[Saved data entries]
================================

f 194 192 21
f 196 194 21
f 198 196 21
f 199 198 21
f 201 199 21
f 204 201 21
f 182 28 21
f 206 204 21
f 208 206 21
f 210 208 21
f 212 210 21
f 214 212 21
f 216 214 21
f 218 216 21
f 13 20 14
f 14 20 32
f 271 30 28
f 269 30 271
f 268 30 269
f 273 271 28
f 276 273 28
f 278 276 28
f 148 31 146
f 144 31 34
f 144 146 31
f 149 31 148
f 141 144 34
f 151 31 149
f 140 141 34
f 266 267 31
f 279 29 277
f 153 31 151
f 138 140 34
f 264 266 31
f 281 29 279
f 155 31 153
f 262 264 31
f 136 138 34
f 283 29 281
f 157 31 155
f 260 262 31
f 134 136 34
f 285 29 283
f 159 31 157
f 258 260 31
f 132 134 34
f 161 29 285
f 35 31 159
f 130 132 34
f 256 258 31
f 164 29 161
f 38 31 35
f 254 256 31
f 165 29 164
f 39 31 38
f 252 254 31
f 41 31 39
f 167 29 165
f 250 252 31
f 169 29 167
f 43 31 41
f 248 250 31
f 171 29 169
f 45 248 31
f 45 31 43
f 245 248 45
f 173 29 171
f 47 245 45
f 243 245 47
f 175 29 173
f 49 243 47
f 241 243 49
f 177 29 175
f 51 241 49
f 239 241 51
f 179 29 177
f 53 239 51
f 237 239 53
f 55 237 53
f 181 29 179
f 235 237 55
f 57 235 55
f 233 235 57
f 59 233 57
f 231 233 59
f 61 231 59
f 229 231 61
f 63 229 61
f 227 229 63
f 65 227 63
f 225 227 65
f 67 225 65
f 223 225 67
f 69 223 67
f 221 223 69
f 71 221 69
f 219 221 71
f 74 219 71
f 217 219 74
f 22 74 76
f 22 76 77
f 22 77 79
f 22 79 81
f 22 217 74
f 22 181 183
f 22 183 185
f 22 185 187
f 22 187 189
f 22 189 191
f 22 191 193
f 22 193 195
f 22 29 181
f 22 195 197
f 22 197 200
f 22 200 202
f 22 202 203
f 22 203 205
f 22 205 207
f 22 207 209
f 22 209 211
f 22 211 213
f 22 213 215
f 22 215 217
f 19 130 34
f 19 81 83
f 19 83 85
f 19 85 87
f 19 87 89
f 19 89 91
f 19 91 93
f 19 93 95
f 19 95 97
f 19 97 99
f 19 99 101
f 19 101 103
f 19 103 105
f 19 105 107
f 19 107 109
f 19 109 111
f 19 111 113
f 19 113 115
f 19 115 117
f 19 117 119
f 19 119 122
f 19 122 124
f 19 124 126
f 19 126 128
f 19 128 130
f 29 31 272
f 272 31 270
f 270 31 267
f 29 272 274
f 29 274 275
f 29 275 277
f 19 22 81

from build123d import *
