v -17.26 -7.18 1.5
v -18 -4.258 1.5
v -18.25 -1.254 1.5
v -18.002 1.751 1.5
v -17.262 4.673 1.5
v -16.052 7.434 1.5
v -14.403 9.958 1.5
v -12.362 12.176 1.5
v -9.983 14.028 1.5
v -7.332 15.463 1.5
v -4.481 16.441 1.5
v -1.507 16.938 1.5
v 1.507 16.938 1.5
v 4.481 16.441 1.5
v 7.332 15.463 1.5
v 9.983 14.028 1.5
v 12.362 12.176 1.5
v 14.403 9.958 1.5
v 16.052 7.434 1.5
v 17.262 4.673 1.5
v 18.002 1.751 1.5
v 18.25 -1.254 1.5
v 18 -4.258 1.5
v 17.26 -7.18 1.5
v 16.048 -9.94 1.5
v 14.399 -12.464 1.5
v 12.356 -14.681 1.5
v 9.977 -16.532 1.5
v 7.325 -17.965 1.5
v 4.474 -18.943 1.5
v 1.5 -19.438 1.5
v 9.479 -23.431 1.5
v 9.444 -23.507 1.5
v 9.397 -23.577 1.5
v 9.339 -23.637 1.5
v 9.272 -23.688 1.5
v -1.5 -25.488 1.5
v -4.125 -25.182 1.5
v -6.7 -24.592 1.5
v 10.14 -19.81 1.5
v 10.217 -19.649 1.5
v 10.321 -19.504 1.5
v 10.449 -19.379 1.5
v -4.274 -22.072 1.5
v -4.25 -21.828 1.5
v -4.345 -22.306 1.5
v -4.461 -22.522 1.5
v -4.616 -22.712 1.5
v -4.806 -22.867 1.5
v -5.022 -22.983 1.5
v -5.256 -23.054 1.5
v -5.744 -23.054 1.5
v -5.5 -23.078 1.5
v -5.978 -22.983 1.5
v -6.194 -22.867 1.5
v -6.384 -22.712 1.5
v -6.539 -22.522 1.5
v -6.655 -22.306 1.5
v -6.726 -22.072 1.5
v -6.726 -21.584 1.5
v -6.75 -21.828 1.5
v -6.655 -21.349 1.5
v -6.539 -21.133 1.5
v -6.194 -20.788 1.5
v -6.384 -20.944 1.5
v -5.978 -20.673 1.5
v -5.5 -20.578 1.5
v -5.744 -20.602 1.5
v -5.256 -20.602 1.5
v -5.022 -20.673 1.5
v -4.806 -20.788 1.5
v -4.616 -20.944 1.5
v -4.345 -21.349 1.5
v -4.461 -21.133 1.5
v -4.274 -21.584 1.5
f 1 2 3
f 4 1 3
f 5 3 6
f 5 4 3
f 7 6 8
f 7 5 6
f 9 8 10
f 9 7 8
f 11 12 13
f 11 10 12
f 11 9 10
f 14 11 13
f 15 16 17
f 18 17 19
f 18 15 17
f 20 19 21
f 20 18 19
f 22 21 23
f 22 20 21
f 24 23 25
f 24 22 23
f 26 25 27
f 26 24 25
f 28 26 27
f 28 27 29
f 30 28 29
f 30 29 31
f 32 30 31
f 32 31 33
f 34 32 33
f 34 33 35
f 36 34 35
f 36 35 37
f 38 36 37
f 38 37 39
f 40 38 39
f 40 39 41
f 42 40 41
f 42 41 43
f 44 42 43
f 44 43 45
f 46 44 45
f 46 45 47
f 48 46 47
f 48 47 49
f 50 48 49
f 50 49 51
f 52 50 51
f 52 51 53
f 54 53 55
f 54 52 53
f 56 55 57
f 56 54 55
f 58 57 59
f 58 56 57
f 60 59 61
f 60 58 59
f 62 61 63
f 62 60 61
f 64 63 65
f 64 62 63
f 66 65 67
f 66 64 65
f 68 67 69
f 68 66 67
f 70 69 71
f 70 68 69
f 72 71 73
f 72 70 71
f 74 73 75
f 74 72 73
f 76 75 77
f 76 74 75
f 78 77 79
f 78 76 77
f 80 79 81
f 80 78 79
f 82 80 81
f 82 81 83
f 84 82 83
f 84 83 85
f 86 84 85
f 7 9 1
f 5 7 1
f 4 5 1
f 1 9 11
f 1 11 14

================================

▶ _WHAT IS REQUIRED_: All lines above from the line with "v -4.25 -21.828 1.5" through the line with "v -6.384 -22.712 1.5", both included, are to be set down exactly, with nothing else.

▶ _OUTPUT FOR THIS TASK_:
v -4.25 -21.828 1.5
v -4.345 -22.306 1.5
v -4.461 -22.522 1.5
v -4.616 -22.712 1.5
v -4.806 -22.867 1.5
v -5.022 -22.983 1.5
v -5.256 -23.054 1.5
v -5.744 -23.054 1.5
v -5.5 -23.078 1.5
v -5.978 -22.983 1.5
v -6.194 -22.867 1.5
v -6.384 -22.712 1.5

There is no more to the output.